Allerdings sehe ich noch eine andere Möglichkeit. Ich habe neulich in der Presse gelesen, dass die Mietpreise, vor allem in Limassol, stark gestiegen seien, weil zuviele reiche Leute dort hinzögen und die Zyprioten selbst es sich nicht mehr leisten könnten, in Limassol zu wohnen. Ich weiß nicht, ob da ein Zusammenhang mit dem Gerücht besteht, dass die Ukraine alles anmiete, was zu mieten ist, egal zu welchem Preis, aber der Zusammenhang ist natürlich naheliegend. Und in Zypern bricht gerade viel Tourismusgeschäft weg, weil erst die Corona-Krise reingehauen hat, und dann die Russen wegbleiben, weil sie ihre Rubel nicht konvertieren können, nicht in die EU rein oder nicht aus Russland raus dürfen. Insofern würde ich auch nicht ausschließen, dass der eine oder andere Zypriote da auch noch Diskussionsbedarf sieht.

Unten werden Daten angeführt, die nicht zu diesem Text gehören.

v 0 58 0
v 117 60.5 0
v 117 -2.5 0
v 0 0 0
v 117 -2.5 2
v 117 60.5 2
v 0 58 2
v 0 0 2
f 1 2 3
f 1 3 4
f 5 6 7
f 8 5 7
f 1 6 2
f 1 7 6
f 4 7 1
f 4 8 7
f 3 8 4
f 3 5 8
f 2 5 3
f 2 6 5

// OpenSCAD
//parametros
lMin = 58;
lMax = 63;
comp = 117;
altura = 2;
borda = 10;

//makePrincipal();
//makeTopo();
//makeTela();
makeTelaFechada();


// --------------------------------------------
module makePrincipal() {
    union() {
        body();

        addPinos();

        //addCruzado();
    }
}

module makeTopo() {
    difference() {
        body();

        addFuros();
    }
}

module makeTela() {
    union() {
        body();

        color("blue")
        translate([1,3,1])
        honeycomb(comp-borda, lMax-borda, altura, 3, 0.8); 
    }
}

module makeTelaFechada() {
    bodyExterno();
}

module body() {
    difference() {
        bodyExterno();
        bodyInterno();
    }
}

module bodyExterno() {
    linear_extrude(height=altura, center=false, convexity=10)
    polygon_body();
}

module bodyInterno() {
    translate([borda,borda,-1])
    linear_extrude(height=altura*2, center=false, convexity=10)
    polygon_body(borda);
}

module addCruzado() {
    translate([6,10,0])
    rotate([0,0,-67])
    cruzado();

    translate([6,50,0])
    rotate([0,0,-113])
    cruzado();
}

module cruzado() {
    color("red")
    cube([3,comp,altura]);
}

module addPinos() {
    MBorda = borda/2;
    bDir = MBorda;
    bEsq = lMin-MBorda;
    
    //esquerda
    translate([MBorda,bEsq,0])
    pino();

    translate([MBorda+(comp/2),bEsq+1,0])
    pino();

    translate([comp-2-MBorda,bEsq+2,0])
    pino();
    

    //direita
    translate([MBorda,bDir,0])
    pino();

    translate([MBorda+(comp/2),bDir-1,0])
    pino();

    translate([comp-2-MBorda,bDir-2,0])
    pino();
}

module pino() {
    translate([0,0,altura])
    difference() {
        cylinder(h=3.45, r=6/2, $fn=60);
        
        translate([-0.76,-3,0.45])
        cube([1.55,6,4]);
    }
}

module addFuros() {
    MBorda = borda/2;
    bDir = MBorda;
    bEsq = lMin-MBorda;
    
    //esquerda
    translate([MBorda,bEsq,0])
    furo();

    translate([MBorda+(comp/2),bEsq+1,0])
    furo();

    translate([comp-2-MBorda,bEsq+2,0])
    furo();
    

    //direita
    translate([MBorda,bDir,0])
    furo();

    translate([MBorda+(comp/2),bDir-1,0])
    furo();

    translate([comp-2-MBorda,bDir-2,0])
    furo();
}

module furo() {
    translate([0,0,-1])
    cylinder(h=altura+2, r=6/2, $fn=60);
}

module polygon_body(diferenca = 0) {
    diferenca = diferenca * 2;
    lMin = (lMin - diferenca);
    lMax = (lMax - diferenca);
    comp = 117 - (diferenca * 1.2);
    lDif = (lMax - lMin) / 2;

    polygon([[0,0],[comp,-lDif],[comp,lMin+lDif],[0,lMin]]);
}






module hc_column(length, cell_size, wall_thickness) {
        no_of_cells = floor(length / (cell_size + wall_thickness)) ;

        for (i = [0 : no_of_cells]) {
                translate([0,(i * (cell_size + wall_thickness)),0])
                         circle($fn = 6, r = cell_size * (sqrt(3)/3));
        }
}

module honeycomb (length, width, height, cell_size, wall_thickness) {
        no_of_rows = floor(1.2 * length / (cell_size +
wall_thickness)) ;

        tr_mod = cell_size + wall_thickness;
        tr_x = sqrt(3)/2 * tr_mod;
        tr_y = tr_mod / 2;
        off_x = -1 * wall_thickness / 2;
        off_y = wall_thickness / 2;
        linear_extrude(height = height, center = true, convexity = 10,
twist = 0, slices = 1)
                difference(){
                        square([length, width]);
                        for (i = [0 : no_of_rows]) {
                                translate([i * tr_x + off_x, (i % 2) *
tr_y + off_y,0])
                                        hc_column(width, cell_size,
wall_thickness);
                        }
                }
}
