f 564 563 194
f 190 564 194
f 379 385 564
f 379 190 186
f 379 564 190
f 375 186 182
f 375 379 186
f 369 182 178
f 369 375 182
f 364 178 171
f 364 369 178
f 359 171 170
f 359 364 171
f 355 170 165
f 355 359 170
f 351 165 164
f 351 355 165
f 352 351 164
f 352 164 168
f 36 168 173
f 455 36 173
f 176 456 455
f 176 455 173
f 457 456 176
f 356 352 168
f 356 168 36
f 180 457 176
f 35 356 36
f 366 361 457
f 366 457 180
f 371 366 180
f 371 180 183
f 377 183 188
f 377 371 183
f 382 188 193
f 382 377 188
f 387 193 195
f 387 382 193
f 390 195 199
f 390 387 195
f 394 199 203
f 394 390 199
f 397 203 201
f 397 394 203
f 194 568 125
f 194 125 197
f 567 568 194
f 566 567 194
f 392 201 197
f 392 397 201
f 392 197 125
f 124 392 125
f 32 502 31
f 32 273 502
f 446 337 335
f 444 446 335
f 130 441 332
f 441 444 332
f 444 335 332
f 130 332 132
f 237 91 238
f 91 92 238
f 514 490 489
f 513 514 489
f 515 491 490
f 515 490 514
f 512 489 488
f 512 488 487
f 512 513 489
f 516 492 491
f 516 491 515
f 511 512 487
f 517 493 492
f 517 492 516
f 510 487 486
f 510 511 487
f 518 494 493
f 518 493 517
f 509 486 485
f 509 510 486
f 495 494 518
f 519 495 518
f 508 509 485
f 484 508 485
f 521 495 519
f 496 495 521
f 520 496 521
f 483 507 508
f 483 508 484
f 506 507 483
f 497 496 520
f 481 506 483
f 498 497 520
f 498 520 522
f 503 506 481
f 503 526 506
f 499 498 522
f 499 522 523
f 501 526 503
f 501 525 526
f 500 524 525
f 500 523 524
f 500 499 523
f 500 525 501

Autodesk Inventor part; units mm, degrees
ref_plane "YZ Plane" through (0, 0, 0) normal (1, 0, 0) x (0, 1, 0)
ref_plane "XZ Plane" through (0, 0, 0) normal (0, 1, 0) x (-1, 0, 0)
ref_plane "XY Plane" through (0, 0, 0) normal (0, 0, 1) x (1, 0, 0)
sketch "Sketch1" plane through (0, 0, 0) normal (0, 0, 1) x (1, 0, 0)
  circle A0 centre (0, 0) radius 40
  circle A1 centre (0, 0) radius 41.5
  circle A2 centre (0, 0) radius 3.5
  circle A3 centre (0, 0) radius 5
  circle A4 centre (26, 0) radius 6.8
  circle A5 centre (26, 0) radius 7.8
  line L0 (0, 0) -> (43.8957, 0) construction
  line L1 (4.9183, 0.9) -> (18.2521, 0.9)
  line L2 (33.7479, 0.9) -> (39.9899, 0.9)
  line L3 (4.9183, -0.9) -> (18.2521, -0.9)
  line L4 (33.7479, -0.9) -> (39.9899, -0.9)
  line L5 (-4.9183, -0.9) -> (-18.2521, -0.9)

Ich werde mal fragen, wenn ich wieder dort bin. In Paphos, wo es mich hinverschlagen hat, gibt es nach meinem Eindruck aber nur sehr wenige Russen. Allerdings war ich bisher ja auch vor allem im Herbst und Winter dort und erst mal mit mir selbst beschäftigt, bin da also noch nicht so rumgekommen. Ich werde mir das als Thema für den Sommer mitnehmen und das mal klären.